Shoemaker returned to the United States and, following a tour at the Pentagon, he returned for his third tour of duty in Vietnam as Chief of Staff for the 1st Cavalry Division. In 1969 he became Assistant Division Commander of the 1st Cavalry Division. Shoemaker then served as Commander, 1st Cavalry Division and Commander, III Corps. In 1977, Shoemaker was assigned as Deputy Commander, United States Army Forces Command (FORSCOM), and a year later was promoted to general and became commander of FORSCOM.

==Awards and decorations==
| | Combat Infantryman Badge (2nd award) |
| | Army Master Aviator Badge |
| | Senior Parachutist Badge |
| | Army Distinguished Service Medal |
| | Silver Star |
| | Legion of Merit |
| | Distinguished Flying Cross |
| | Bronze Star Medal |
| | Air Medal with bronze award numerals 45 |
| | Army Commendation Medal with oak leaf cluster |
| | Army Presidential Unit Citation |
| | Valorous Unit Award |
| | Army Meritorious Unit Commendation |
| | American Campaign Medal |
| | World War II Victory Medal |
| | Army of Occupation Medal |
| | National Defense Service Medal with oak leaf cluster |
| | Korean Service Medal with one bronze service star |
| | Vietnam Service Medal with seven service stars |
| | Vietnam Army Distinguished Service Order, 1st class |
| | Vietnam Gallantry Cross with palm |
| | Vietnam Armed Forces Honor Medal, 1st class |
| | Korean Presidential Unit Citation |
| | Vietnam Gallantry Cross Unit Citation |
| | United Nations Korea Medal |
| | Vietnam Campaign Medal |

==Later life==
Shoemaker retired from the army in 1982 to the Fort Hood area, and remained active in community service.

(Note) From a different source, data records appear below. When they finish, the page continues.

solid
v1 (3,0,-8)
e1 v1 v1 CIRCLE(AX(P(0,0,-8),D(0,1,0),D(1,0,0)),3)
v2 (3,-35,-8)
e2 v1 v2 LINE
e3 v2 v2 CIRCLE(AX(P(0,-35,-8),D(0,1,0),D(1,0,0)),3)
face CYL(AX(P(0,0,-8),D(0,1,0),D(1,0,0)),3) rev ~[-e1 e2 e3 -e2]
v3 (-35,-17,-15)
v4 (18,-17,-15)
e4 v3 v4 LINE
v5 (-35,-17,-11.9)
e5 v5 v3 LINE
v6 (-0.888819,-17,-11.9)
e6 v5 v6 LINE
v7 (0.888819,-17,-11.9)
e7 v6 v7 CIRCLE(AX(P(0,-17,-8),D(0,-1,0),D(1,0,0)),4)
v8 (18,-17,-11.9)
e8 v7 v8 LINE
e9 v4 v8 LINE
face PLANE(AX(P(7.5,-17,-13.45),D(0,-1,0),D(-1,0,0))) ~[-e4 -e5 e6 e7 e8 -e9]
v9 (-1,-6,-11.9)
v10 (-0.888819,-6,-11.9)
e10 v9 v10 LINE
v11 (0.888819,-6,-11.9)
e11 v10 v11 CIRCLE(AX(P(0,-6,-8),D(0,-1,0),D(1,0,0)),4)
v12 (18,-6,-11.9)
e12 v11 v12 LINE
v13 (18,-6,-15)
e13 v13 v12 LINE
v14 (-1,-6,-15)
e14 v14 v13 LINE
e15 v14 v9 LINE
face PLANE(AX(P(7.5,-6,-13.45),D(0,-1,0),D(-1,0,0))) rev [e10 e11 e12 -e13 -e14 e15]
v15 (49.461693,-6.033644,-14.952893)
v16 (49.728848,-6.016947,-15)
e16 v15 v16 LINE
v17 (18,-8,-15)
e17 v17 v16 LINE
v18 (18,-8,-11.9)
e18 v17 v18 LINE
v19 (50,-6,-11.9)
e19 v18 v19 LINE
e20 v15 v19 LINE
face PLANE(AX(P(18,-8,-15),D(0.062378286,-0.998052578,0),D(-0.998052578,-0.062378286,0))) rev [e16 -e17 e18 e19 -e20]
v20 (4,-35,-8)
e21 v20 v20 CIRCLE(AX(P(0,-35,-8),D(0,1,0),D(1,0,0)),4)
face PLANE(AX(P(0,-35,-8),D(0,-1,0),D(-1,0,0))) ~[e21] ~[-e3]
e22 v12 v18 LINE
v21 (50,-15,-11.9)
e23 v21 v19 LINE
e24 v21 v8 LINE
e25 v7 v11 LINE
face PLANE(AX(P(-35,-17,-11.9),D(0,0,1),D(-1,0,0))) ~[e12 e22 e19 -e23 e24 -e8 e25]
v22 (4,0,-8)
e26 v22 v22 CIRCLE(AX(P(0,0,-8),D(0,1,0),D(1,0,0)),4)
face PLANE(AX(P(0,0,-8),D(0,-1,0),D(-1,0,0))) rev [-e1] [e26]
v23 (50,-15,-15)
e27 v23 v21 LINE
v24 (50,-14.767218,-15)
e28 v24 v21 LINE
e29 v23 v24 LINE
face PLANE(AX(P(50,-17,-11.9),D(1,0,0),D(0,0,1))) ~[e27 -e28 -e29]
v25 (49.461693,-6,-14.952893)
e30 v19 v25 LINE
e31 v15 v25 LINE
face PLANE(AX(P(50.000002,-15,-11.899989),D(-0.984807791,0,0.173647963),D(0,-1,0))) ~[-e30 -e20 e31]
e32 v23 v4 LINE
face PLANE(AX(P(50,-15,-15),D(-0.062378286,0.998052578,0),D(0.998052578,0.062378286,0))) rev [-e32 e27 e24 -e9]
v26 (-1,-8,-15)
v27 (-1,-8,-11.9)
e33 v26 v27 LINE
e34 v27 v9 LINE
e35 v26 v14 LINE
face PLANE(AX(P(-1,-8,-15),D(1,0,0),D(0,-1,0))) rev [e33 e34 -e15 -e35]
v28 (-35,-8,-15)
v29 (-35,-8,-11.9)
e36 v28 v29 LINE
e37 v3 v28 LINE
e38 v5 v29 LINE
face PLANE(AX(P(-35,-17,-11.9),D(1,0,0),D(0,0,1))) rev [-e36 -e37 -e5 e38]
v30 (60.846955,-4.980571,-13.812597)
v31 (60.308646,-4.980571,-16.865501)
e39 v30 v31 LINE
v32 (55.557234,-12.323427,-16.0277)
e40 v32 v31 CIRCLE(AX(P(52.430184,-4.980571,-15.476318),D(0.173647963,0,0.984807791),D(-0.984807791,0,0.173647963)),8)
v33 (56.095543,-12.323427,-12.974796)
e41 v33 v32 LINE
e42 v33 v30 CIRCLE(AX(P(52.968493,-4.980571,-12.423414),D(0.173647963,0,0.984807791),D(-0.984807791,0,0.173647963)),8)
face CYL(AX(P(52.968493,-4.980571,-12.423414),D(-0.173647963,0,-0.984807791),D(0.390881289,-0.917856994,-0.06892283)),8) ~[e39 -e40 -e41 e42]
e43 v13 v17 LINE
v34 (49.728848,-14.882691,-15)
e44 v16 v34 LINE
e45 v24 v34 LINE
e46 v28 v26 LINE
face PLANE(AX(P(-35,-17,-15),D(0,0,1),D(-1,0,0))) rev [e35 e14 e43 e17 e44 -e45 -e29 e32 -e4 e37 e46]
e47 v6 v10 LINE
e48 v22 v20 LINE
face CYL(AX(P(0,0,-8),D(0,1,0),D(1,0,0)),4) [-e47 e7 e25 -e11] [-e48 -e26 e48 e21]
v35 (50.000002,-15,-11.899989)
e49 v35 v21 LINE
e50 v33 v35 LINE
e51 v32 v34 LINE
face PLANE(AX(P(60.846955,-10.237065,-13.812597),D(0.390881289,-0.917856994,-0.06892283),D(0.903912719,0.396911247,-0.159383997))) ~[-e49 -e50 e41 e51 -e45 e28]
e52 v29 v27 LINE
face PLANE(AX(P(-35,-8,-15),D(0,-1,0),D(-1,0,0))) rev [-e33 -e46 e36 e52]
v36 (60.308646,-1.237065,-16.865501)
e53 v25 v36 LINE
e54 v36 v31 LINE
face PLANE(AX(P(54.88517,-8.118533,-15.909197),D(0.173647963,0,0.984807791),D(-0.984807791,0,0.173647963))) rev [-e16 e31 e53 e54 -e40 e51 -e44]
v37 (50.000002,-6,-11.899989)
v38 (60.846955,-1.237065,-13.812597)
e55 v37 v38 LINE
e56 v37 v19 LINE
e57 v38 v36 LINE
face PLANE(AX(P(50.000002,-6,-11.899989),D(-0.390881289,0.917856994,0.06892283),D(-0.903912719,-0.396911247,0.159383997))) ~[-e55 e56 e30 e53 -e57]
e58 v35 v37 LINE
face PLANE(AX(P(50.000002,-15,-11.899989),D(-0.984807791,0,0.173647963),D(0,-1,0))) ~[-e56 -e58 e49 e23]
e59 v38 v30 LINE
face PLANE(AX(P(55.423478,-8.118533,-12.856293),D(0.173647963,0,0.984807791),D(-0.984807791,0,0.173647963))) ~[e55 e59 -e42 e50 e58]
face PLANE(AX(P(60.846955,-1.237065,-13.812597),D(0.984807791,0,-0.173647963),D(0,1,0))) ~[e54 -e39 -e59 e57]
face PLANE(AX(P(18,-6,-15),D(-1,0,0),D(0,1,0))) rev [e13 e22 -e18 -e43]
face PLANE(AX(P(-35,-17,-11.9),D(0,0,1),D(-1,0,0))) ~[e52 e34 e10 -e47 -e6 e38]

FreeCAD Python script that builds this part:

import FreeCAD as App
import Part
import Sketcher
from FreeCAD import Vector


def edges_at(feature, points):
    """Names of the edges that pass closest to the given points."""
    edges = feature.Shape.Edges
    near = lambda p: min(range(len(edges)), key=lambda i: edges[i].distToShape(Part.Vertex(*p))[0])
    return sorted({f"Edge{near(p) + 1}" for p in points})

doc = App.newDocument("Part")
params = doc.addObject("Spreadsheet::Sheet", "Params")
for row, (alias, value) in enumerate([
    ("sketch1_diameter", "8 mm"),
    ("sketch1_diameter2", "6 mm"),
    ("pad1_length", "35 mm"),
    ("sketch2_width", "85 mm"),
    ("sketch2_height", "3.1 mm"),
    ("pad2_length", "11 mm"),
    ("sketch3_width", "34 mm"),
    ("sketch3_width2", "32 mm"),
    ("sketch3_height", "2 mm"),
    ("pocket1_length", "3.1 mm"),
    ("sketch4_height", "9 mm"),
    ("sketch4_length", "12 mm"),
    ("pad3_length", "3.1 mm"),
    ("fillet_radius", "8 mm"),
], start=1):
    params.set(f"A{row}", alias)
    params.set(f"B{row}", "=" + value)
    params.setAlias(f"B{row}", alias)

body = doc.addObject("PartDesign::Body", "Body")

sketch1 = body.newObject("Sketcher::SketchObject", "Sketch")
sketch1.AttachmentSupport = (doc.getObject("XZ_Plane"), [""])
sketch1.MapMode = "FlatFace"
sketch1.addGeometry(Part.Circle(Vector(0, 0, 0), Vector(0, 0, 1), 4), False)
sketch1.addGeometry(Part.Circle(Vector(0, 0, 0), Vector(0, 0, 1), 3), False)
sketch1.addConstraint(Sketcher.Constraint("Coincident", 0, 3, -1, 1))
sketch1.addConstraint(Sketcher.Constraint("Coincident", 1, 3, -1, 1))
sketch1.addConstraint(Sketcher.Constraint("Diameter", 0, 8.0))
sketch1.addConstraint(Sketcher.Constraint("Diameter", 1, 6.0))
sketch1.setExpression("Constraints[2]", "Params.sketch1_diameter")
sketch1.setExpression("Constraints[3]", "Params.sketch1_diameter2")
pad1 = body.newObject("PartDesign::Pad", "Pad")
pad1.Profile = sketch1
pad1.setExpression("Length", "Params.pad1_length")
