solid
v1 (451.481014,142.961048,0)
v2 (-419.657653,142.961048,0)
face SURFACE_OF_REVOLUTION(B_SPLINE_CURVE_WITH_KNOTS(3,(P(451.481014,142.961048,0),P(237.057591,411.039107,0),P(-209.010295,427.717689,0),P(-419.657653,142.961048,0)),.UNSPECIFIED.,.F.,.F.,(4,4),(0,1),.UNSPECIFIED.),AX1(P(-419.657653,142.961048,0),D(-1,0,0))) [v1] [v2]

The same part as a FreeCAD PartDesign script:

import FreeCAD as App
import Part
import Sketcher
from FreeCAD import Vector
Q = App.Units.Quantity

doc = App.newDocument("Part")
body = doc.addObject("PartDesign::Body", "Body")

sketch1 = doc.addObject("Sketcher::SketchObject", "Sketch")
body.addObject(sketch1)
sketch1.AttachmentSupport = (doc.XY_Plane, [""])
sketch1.MapMode = "FlatFace"
sketch1.addGeometry([
    Part.LineSegment(Vector(-419.657653, 142.961048, 0), Vector(451.481014, 142.961048, 0)),
    Part.BSplineCurve([Vector(-419.657653, 142.961048, 0), Vector(-209.010295, 427.717689, 0), Vector(237.057591, 411.039107, 0), Vector(451.481014, 142.961048, 0)], [4, 4], [0, 1], False, 3, [1, 1, 1, 1], False),
], False)
sketch1.addGeometry(Part.LineSegment(Vector(-419.657653, 142.961048, 0), Vector(451.481014, 142.961048, 0)), True)
sketch1.addConstraint([
    Sketcher.Constraint("Block", 1),
    Sketcher.Constraint("Coincident", 0, 1, 1, 1),
    Sketcher.Constraint("Coincident", 1, 2, 0, 2),
    Sketcher.Constraint("Horizontal", 2),
    Sketcher.Constraint("Coincident", 2, 1, 0, 1),
    Sketcher.Constraint("DistanceX", 2, 1, 2, 2, Q("871.138667 mm")),
])
revolution = doc.addObject("PartDesign::Revolution", "Revolution")
body.addObject(revolution)
revolution.Profile = sketch1
revolution.ReferenceAxis = (sketch1, ["Axis0"])
revolution.Angle = 360

doc.recompute()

He served eight years as the elected Bell County Commissioner. He also backed a campaign that resulted in the establishment of Texas A&M University–Central Texas near Fort Hood. Some of his other civic activities include President and advisor to the President of the 1st Cavalry Division Association, President of the Heart of Texas Council of the Boy Scouts, and as President of the Fort Hood Chapter of the United Way.

Shoemaker was inducted in the United States Army Operational Testers' Hall of Fame in 2002, and in 2004, he was awarded the Distinguished Graduate Award by the Association of Graduates, the United States Military Academy alumni association. He was also inducted as a member of the Army Aviation Hall of Fame in 1983.

Shoemaker died on 21 June 2017, at a hospital in Harker Heights, Texas, at the age of 93. He established the high school, named after him, in Killeen, Texas.